Ah ! le pauvre, le triste peuple resté enfant, maintenu dans une ignorance, dans une crédulité de sauvages par des siècles de théocratie, si accoutumé à la nuit de son intelligence, aux souffrances de son corps, qu’il reste quand même aujourd’hui en dehors du réveil social, simplement heureux si on le laisse jouir à l’aise de son orgueil, de sa paresse et de son soleil !
Ah ! ces Dominicains, il n’avait jamais songé à eux, sans un respect mêlé d’un peu d’effroi. Pendant des siècles, quels vigoureux soutiens ils s’étaient montrés de l’idée autoritaire et théocratique ! L’Eglise leur avait dû sa plus solide autorité, ils étaient les soldats glorieux de sa victoire. Tandis que saint François conquérait pour Rome les âmes des plus humbles, saint Dominique lui soumettait les âmes des intelligents et des puissants, toutes les âmes supérieures. Et cela passionnément, dans une flamme de foi et de volonté admirables, par tous les moyens d’action possibles, par la prédication, par le livre, par la pression policière et judiciaire. S’il ne créa pas l’Inquisition, il l’utilisa, son coeur de douceur et de fraternité combattit le schisme dans le sang et le feu.
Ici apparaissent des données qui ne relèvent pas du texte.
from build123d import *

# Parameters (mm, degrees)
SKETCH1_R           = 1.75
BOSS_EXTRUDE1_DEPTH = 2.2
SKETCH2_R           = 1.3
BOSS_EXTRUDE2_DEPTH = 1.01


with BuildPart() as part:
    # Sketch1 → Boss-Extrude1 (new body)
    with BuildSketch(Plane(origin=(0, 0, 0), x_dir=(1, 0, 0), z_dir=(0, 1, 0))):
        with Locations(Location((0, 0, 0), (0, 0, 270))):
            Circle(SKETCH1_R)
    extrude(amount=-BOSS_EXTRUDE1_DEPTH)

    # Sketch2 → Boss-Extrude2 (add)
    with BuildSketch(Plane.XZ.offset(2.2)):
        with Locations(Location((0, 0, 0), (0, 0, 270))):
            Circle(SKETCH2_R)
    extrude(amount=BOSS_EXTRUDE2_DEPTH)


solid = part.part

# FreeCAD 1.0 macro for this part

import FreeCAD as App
import Part
import Sketcher

V = App.Vector
Q = App.Units.Quantity

doc = App.newDocument("Part")
body = doc.addObject("PartDesign::Body", "Body")

sketch1 = body.newObject("Sketcher::SketchObject", "Sketch")
sketch1.AttachmentSupport = (doc.getObject("XZ_Plane"), [""])
sketch1.MapMode = "FlatFace"
sketch1.addGeometry(Part.Circle(V(0, 0, 0), V(0, 0, 1), 1.75), False)
sketch1.addConstraint(Sketcher.Constraint("Coincident", 0, 3, -1, 1))
sketch1.addConstraint(Sketcher.Constraint("Diameter", 0, Q("3.5 mm")))
pad1 = body.newObject("PartDesign::Pad", "Pad")
pad1.Profile = sketch1
pad1.Length = 2.2

sketch2 = body.newObject("Sketcher::SketchObject", "Sketch001")
sketch2.AttachmentSupport = (doc.getObject("XZ_Plane"), [""])
sketch2.MapMode = "FlatFace"
sketch2.AttachmentOffset = App.Placement(V(0, 0, 2.2), App.Rotation())
sketch2.addGeometry(Part.Circle(V(0, 0, 0), V(0, 0, 1), 1.3), False)
sketch2.addConstraint(Sketcher.Constraint("Coincident", 0, 3, -1, 1))
sketch2.addConstraint(Sketcher.Constraint("Diameter", 0, Q("2.6 mm")))
pad2 = body.newObject("PartDesign::Pad", "Pad001")
pad2.Profile = sketch2
pad2.Length = 1.01

doc.recompute()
Dès lors, l’expérience semblait faite, Dieu dans sa lutte intransigeante avec le péché allait être vaincu, car il était désormais certain que l’ancienne volonté de supprimer la nature, de tuer dans l’homme l’homme même, avec ses appétits, ses passions, son coeur et son sang, ne pouvait aboutir qu’à une défaite désastreuse où l’Eglise se trouvait à la veille de sombrer ; et ce sont les Jésuites qui viennent la tirer d’un tel péril, qui la rendent à la vie conquérante, en décidant que c’est elle maintenant qui doit aller au monde, puisque le monde semble ne plus vouloir aller à elle. Tout est là, ils déclarent qu’il est avec le ciel des arrangements, ils se plient aux moeurs, aux préjugés, aux vices même, ils sont souriants, condescendants, sans nul rigorisme, d’une diplomatie aimable, prête à tourner les pires abominations à la plus grande gloire de Dieu.
Il était prêtre italien, grand pontife, superstitieux et despotique, lié par la tradition, soumis aux influences de race et de milieu, cédant au besoin d’argent, aux nécessités politiques ; sans parler de son orgueil immense, la certitude d’être le Dieu auquel on doit obéir, le seul pouvoir légitime et raisonnable sur la terre.
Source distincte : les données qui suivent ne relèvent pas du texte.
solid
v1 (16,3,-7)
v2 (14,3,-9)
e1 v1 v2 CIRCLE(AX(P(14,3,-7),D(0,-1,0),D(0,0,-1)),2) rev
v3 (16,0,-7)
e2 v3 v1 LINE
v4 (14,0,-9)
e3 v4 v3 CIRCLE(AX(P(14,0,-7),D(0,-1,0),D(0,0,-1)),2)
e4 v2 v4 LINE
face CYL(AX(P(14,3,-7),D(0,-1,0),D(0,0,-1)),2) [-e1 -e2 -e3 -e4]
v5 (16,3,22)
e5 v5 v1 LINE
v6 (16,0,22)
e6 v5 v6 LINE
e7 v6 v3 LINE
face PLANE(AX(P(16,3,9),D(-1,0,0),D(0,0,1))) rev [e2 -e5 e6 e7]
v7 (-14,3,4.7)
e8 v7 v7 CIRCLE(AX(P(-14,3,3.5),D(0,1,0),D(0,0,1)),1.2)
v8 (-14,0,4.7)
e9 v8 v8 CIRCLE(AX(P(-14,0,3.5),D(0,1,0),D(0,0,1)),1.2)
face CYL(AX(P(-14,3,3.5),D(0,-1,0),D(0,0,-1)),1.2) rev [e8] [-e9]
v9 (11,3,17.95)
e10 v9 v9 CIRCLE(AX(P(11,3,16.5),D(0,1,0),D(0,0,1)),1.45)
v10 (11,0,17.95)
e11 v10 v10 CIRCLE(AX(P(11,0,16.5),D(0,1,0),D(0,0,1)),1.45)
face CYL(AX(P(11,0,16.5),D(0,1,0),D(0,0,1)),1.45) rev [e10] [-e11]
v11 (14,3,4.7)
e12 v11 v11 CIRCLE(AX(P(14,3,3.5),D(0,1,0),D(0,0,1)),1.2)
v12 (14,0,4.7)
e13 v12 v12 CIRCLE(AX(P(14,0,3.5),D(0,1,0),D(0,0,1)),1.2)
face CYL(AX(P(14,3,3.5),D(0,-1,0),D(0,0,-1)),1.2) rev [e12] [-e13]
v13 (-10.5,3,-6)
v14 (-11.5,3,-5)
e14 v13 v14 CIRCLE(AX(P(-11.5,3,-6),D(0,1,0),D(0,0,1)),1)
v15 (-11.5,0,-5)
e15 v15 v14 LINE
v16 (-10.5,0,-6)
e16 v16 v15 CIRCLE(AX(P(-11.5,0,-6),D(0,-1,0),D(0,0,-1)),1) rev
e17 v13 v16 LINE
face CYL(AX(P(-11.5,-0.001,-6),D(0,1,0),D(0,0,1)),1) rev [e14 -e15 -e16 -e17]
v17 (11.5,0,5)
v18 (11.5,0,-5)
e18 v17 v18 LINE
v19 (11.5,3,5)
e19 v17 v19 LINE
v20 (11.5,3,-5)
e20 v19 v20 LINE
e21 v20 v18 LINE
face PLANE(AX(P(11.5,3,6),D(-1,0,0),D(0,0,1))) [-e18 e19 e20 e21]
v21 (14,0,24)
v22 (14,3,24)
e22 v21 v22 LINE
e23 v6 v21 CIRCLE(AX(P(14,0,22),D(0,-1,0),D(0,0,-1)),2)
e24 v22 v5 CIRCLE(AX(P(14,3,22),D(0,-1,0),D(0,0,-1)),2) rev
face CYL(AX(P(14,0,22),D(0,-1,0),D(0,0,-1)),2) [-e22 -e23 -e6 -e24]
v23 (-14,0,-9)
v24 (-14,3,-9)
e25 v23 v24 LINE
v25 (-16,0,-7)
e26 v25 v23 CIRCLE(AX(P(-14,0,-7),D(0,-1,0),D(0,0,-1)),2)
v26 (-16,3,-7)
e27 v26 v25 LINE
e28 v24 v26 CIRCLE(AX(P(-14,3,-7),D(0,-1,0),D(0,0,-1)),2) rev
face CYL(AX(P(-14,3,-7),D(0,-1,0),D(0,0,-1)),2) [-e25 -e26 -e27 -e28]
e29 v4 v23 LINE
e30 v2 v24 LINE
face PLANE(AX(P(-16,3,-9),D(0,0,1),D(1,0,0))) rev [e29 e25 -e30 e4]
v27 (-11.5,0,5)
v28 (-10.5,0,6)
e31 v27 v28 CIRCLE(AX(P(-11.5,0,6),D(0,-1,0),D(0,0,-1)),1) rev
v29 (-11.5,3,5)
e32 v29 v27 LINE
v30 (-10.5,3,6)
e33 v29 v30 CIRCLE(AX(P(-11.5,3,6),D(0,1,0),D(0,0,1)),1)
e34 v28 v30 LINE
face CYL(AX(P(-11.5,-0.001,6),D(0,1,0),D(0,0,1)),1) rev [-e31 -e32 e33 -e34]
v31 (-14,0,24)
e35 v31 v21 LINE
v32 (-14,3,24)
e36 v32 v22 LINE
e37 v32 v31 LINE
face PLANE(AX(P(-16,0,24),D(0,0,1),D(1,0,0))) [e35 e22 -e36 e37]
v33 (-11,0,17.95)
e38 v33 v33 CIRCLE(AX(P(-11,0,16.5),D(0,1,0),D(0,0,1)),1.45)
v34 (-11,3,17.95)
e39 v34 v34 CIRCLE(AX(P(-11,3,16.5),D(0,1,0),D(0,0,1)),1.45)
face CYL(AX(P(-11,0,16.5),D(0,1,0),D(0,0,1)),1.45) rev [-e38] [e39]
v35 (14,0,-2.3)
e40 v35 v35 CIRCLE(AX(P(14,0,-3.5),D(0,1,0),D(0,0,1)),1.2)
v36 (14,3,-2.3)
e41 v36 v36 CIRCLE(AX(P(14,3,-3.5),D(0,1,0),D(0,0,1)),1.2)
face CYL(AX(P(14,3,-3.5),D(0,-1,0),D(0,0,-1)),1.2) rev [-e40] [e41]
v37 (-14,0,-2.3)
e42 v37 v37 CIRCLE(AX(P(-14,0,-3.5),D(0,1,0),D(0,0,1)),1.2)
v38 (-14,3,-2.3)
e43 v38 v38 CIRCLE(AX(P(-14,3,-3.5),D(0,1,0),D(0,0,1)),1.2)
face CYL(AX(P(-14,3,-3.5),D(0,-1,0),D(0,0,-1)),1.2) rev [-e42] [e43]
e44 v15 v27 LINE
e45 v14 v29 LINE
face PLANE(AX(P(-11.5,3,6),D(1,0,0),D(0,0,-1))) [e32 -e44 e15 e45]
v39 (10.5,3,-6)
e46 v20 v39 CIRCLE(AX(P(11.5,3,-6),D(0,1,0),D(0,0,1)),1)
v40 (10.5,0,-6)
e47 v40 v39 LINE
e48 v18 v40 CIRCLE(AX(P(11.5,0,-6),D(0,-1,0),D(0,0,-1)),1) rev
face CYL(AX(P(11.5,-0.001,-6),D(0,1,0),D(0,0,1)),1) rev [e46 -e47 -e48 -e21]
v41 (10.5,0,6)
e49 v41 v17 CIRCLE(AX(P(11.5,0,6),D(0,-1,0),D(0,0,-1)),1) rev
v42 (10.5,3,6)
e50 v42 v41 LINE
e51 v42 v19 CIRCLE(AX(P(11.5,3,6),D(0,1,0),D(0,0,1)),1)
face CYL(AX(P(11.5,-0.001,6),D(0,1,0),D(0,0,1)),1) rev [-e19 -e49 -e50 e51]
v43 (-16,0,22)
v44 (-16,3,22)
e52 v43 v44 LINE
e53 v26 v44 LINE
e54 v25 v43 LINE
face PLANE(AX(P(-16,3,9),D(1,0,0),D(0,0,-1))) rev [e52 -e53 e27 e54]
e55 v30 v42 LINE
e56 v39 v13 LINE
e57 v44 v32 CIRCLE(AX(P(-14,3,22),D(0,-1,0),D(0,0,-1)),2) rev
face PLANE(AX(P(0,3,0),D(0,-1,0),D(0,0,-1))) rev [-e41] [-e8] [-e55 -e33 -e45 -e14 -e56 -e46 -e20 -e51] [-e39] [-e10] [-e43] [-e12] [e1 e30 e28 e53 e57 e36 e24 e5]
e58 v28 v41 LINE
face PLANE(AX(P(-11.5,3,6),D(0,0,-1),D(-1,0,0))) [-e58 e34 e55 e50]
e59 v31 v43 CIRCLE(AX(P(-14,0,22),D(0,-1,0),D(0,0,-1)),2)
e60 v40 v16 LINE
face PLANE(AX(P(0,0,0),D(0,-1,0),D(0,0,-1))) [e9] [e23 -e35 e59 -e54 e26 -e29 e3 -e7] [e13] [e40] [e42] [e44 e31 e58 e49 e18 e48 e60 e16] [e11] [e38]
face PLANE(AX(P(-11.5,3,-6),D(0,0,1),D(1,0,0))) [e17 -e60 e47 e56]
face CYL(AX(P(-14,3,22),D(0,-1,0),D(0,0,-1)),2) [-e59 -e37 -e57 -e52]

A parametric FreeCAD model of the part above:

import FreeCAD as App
import Part
import Sketcher

V = App.Vector


def edges_at(feature, points):
    """Names of the edges that pass closest to the given points."""
    edges = feature.Shape.Edges
    near = lambda p: min(range(len(edges)), key=lambda i: edges[i].distToShape(Part.Vertex(*p))[0])
    return sorted({f"Edge{near(p) + 1}" for p in points})


def add_polygon(sketch, points):
    """Adds a closed chain of lines whose ends are joined by coincident constraints."""
    first, n = sketch.GeometryCount, len(points)
    for a, b in zip(points, points[1:] + points[:1]):
        sketch.addGeometry(Part.LineSegment(App.Vector(*a, 0), App.Vector(*b, 0)), False)
    for i in range(n):
        sketch.addConstraint(Sketcher.Constraint("Coincident", first + i, 2, first + (i + 1) % n, 1))

doc = App.newDocument("Part")
body = doc.addObject("PartDesign::Body", "Body")

# Sketch on XZ plane
sketch1 = body.newObject("Sketcher::SketchObject", "Sketch")
sketch1.AttachmentSupport = (doc.getObject("XZ_Plane"), [""])
sketch1.MapMode = "FlatFace"
add_polygon(sketch1, [(-16, -9), (-16, 9), (16, 9), (16, -9)])  # lines 0-3
sketch1.addGeometry(Part.Circle(V(-14, 3.5, 0), V(0, 0, 1), 1.2), False)  # 4
sketch1.addGeometry(Part.Circle(V(14, 3.5, 0), V(0, 0, 1), 1.2), False)  # 5
add_polygon(sketch1, [(11.5, 6), (-11.5, 6), (-11.5, -6), (11.5, -6)])  # lines 6-9
sketch1.addGeometry(Part.Circle(V(-14, -3.5, 0), V(0, 0, 1), 1.2), False)  # 10
sketch1.addGeometry(Part.Circle(V(14, -3.5, 0), V(0, 0, 1), 1.2), False)  # 11
sketch1.addConstraint(Sketcher.Constraint("Vertical", 0))
sketch1.addConstraint(Sketcher.Constraint("Horizontal", 1))
sketch1.addConstraint(Sketcher.Constraint("Vertical", 2))
sketch1.addConstraint(Sketcher.Constraint("Horizontal", 3))
sketch1.addConstraint(Sketcher.Constraint("Horizontal", 6))
sketch1.addConstraint(Sketcher.Constraint("Vertical", 7))
sketch1.addConstraint(Sketcher.Constraint("Horizontal", 8))
sketch1.addConstraint(Sketcher.Constraint("Vertical", 9))
sketch1.addConstraint(Sketcher.Constraint("Equal", 4, 5))
sketch1.addConstraint(Sketcher.Constraint("Equal", 5, 10))
sketch1.addConstraint(Sketcher.Constraint("Equal", 10, 11))
sketch1.addConstraint(Sketcher.Constraint("Symmetric", 5, 3, 10, 3, -1, 1))
sketch1.addConstraint(Sketcher.Constraint("Symmetric", 4, 3, 11, 3, -1, 1))
sketch1.addConstraint(Sketcher.Constraint("Symmetric", 0, 2, 2, 2, -1, 1))
sketch1.addConstraint(Sketcher.Constraint("Symmetric", 6, 2, 8, 2, -1, 1))
sketch1.addConstraint(Sketcher.Constraint("Symmetric", 4, 3, 5, 3, -2))
sketch1.addConstraint(Sketcher.Constraint("Diameter", 4, 2.4))
sketch1.addConstraint(Sketcher.Constraint("DistanceX", 1, 1, 1, 2, 32.0))
sketch1.addConstraint(Sketcher.Constraint("DistanceX", 6, 2, 6, 1, 23.0))
sketch1.addConstraint(Sketcher.Constraint("DistanceY", 0, 1, 0, 2, 18.0))
sketch1.addConstraint(Sketcher.Constraint("DistanceY", 7, 2, 7, 1, 12.0))
sketch1.addConstraint(Sketcher.Constraint("DistanceX", 4, 3, -1, 1, 14.0))
sketch1.addConstraint(Sketcher.Constraint("DistanceY", 10, 3, 4, 3, 7.0))
pad1 = body.newObject("PartDesign::Pad", "Pad")
pad1.Profile = sketch1
pad1.Length = 3
pad1.Reversed = True

# Sketch on XZ plane
sketch2 = body.newObject("Sketcher::SketchObject", "Sketch001")
sketch2.AttachmentSupport = (doc.getObject("XZ_Plane"), [""])
sketch2.MapMode = "FlatFace"
sketch2.AttachmentOffset = App.Placement(V(0, 0, -3), App.Rotation())
sketch2.addGeometry(Part.Circle(V(-11.5, -6, 0), V(0, 0, 1), 1), False)
sketch2.addConstraint(Sketcher.Constraint("Diameter", 0, 2.0))
sketch2.addConstraint(Sketcher.Constraint("DistanceY", 0, 3, -1, 1, 6.0))
sketch2.addConstraint(Sketcher.Constraint("DistanceX", 0, 3, -1, 1, 11.5))
pocket1 = body.newObject("PartDesign::Pocket", "Pocket")
pocket1.Profile = sketch2
pocket1.Type = "UpToFirst"
pocket1.Reversed = True

# Sketch on XZ plane
sketch3 = body.newObject("Sketcher::SketchObject", "Sketch002")
sketch3.AttachmentSupport = (doc.getObject("XZ_Plane"), [""])
sketch3.MapMode = "FlatFace"
sketch3.AttachmentOffset = App.Placement(V(0, 0, -3), App.Rotation())
sketch3.addGeometry(Part.Circle(V(-11.5, 6, 0), V(0, 0, 1), 1), False)
sketch3.addConstraint(Sketcher.Constraint("Diameter", 0, 2.0))
sketch3.addConstraint(Sketcher.Constraint("DistanceY", -1, 1, 0, 3, 6.0))
sketch3.addConstraint(Sketcher.Constraint("DistanceX", 0, 3, -1, 1, 11.5))
pocket2 = body.newObject("PartDesign::Pocket", "Pocket001")
pocket2.Profile = sketch3
pocket2.Type = "UpToFirst"
pocket2.Reversed = True

# Sketch on XZ plane
sketch4 = body.newObject("Sketcher::SketchObject", "Sketch003")
sketch4.AttachmentSupport = (doc.getObject("XZ_Plane"), [""])
sketch4.MapMode = "FlatFace"
sketch4.AttachmentOffset = App.Placement(V(0, 0, -3), App.Rotation())
sketch4.addGeometry(Part.Circle(V(11.5, 6, 0), V(0, 0, 1), 1), False)
sketch4.addConstraint(Sketcher.Constraint("Diameter", 0, 2.0))
sketch4.addConstraint(Sketcher.Constraint("DistanceY", -1, 1, 0, 3, 6.0))
sketch4.addConstraint(Sketcher.Constraint("DistanceX", -1, 1, 0, 3, 11.5))
pocket3 = body.newObject("PartDesign::Pocket", "Pocket002")
pocket3.Profile = sketch4
pocket3.Type = "UpToFirst"
pocket3.Reversed = True

# Sketch on XZ plane
sketch5 = body.newObject("Sketcher::SketchObject", "Sketch004")
sketch5.AttachmentSupport = (doc.getObject("XZ_Plane"), [""])
sketch5.MapMode = "FlatFace"
sketch5.AttachmentOffset = App.Placement(V(0, 0, -3), App.Rotation())
sketch5.addGeometry(Part.Circle(V(11.5, -6, 0), V(0, 0, 1), 1), False)
sketch5.addConstraint(Sketcher.Constraint("Diameter", 0, 2.0))
sketch5.addConstraint(Sketcher.Constraint("DistanceY", 0, 3, -1, 1, 6.0))
sketch5.addConstraint(Sketcher.Constraint("DistanceX", -1, 1, 0, 3, 11.5))
pocket4 = body.newObject("PartDesign::Pocket", "Pocket003")
pocket4.Profile = sketch5
pocket4.Type = "UpToFirst"
pocket4.Reversed = True

# Sketch on XZ plane
sketch6 = body.newObject("Sketcher::SketchObject", "Sketch005")
sketch6.AttachmentSupport = (doc.getObject("XZ_Plane"), [""])
sketch6.MapMode = "FlatFace"
sketch6.AttachmentOffset = App.Placement(V(0, 0, -3), App.Rotation())
add_polygon(sketch6, [(-16, 9), (-16, 24), (16, 24), (16, 9)])  # lines 0-3
sketch6.addGeometry(Part.Circle(V(-11, 16.5, 0), V(0, 0, 1), 1.4), False)  # 4
sketch6.addGeometry(Part.Circle(V(11, 16.5, 0), V(0, 0, 1), 1.4), False)  # 5
sketch6.addConstraint(Sketcher.Constraint("Vertical", 0))
sketch6.addConstraint(Sketcher.Constraint("Horizontal", 1))
sketch6.addConstraint(Sketcher.Constraint("Vertical", 2))
sketch6.addConstraint(Sketcher.Constraint("Horizontal", 3))
sketch6.addConstraint(Sketcher.Constraint("Equal", 4, 5))
sketch6.addConstraint(Sketcher.Constraint("Symmetric", 4, 3, 5, 3, -2))
sketch6.addConstraint(Sketcher.Constraint("Diameter", 4, 2.9))
sketch6.addConstraint(Sketcher.Constraint("DistanceX", 1, 1, 1, 2, 32.0))
sketch6.addConstraint(Sketcher.Constraint("DistanceY", 0, 1, 0, 2, 15.0))
sketch6.addConstraint(Sketcher.Constraint("DistanceX", 4, 3, -1, 1, 11.0))
sketch6.addConstraint(Sketcher.Constraint("DistanceX", 0, 2, -1, 1, 16.0))
sketch6.addConstraint(Sketcher.Constraint("DistanceY", -1, 1, 0, 2, 24.0))
sketch6.addConstraint(Sketcher.Constraint("DistanceY", -1, 1, 4, 3, 16.5))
Non ! le catholicisme ne pouvait se renouveler, non ! il ne pouvait revenir à l’esprit du christianisme primitif, non ! il ne pouvait être la religion de la démocratie, la foi nouvelle qui sauverait les vieilles sociétés croulantes, en danger de mort.
Lire Zola permet de comprendre comment à la fin du XIXe siècle l’anticléricalisme a pu être aussi virulent. On constate d’ailleurs qu’en ce début de XXIe siècle, l’opinion reste marquée par sa pensée. Il est assez mordant d’apprendre par la préface que le chef du naturalisme n’a rencontré aucun ecclésiastique lors de son voyage préparatoire à Rome. Il a alors dessiné une fresque pleine de préjugés (le portrait des dominicains et des jésuites est à lire !) sur l’Eglise poussant jusqu’à présenter Léon XIII sous les traits qui arrangeait sa thèse, cette dernière se résumant au remplacement du catholicisme par le socialisme et le scientisme. Enfin, cela m’a amusé de voir que Zola n’était pas moins déterministe, voire raciste, que la majorité de ses contemporains avec notamment cette citation à la fin : « le pullulement menaçant de la race jaune. » Bref, un mélange de Dan Brown (pour les élucubrations), de Michel Onfray (pour l’anti-catholicisme et la logorrhée) et de Laurent Alexandre (pour la religion de la science et l’élitisme annonçant l’eugénisme et le transhumanisme).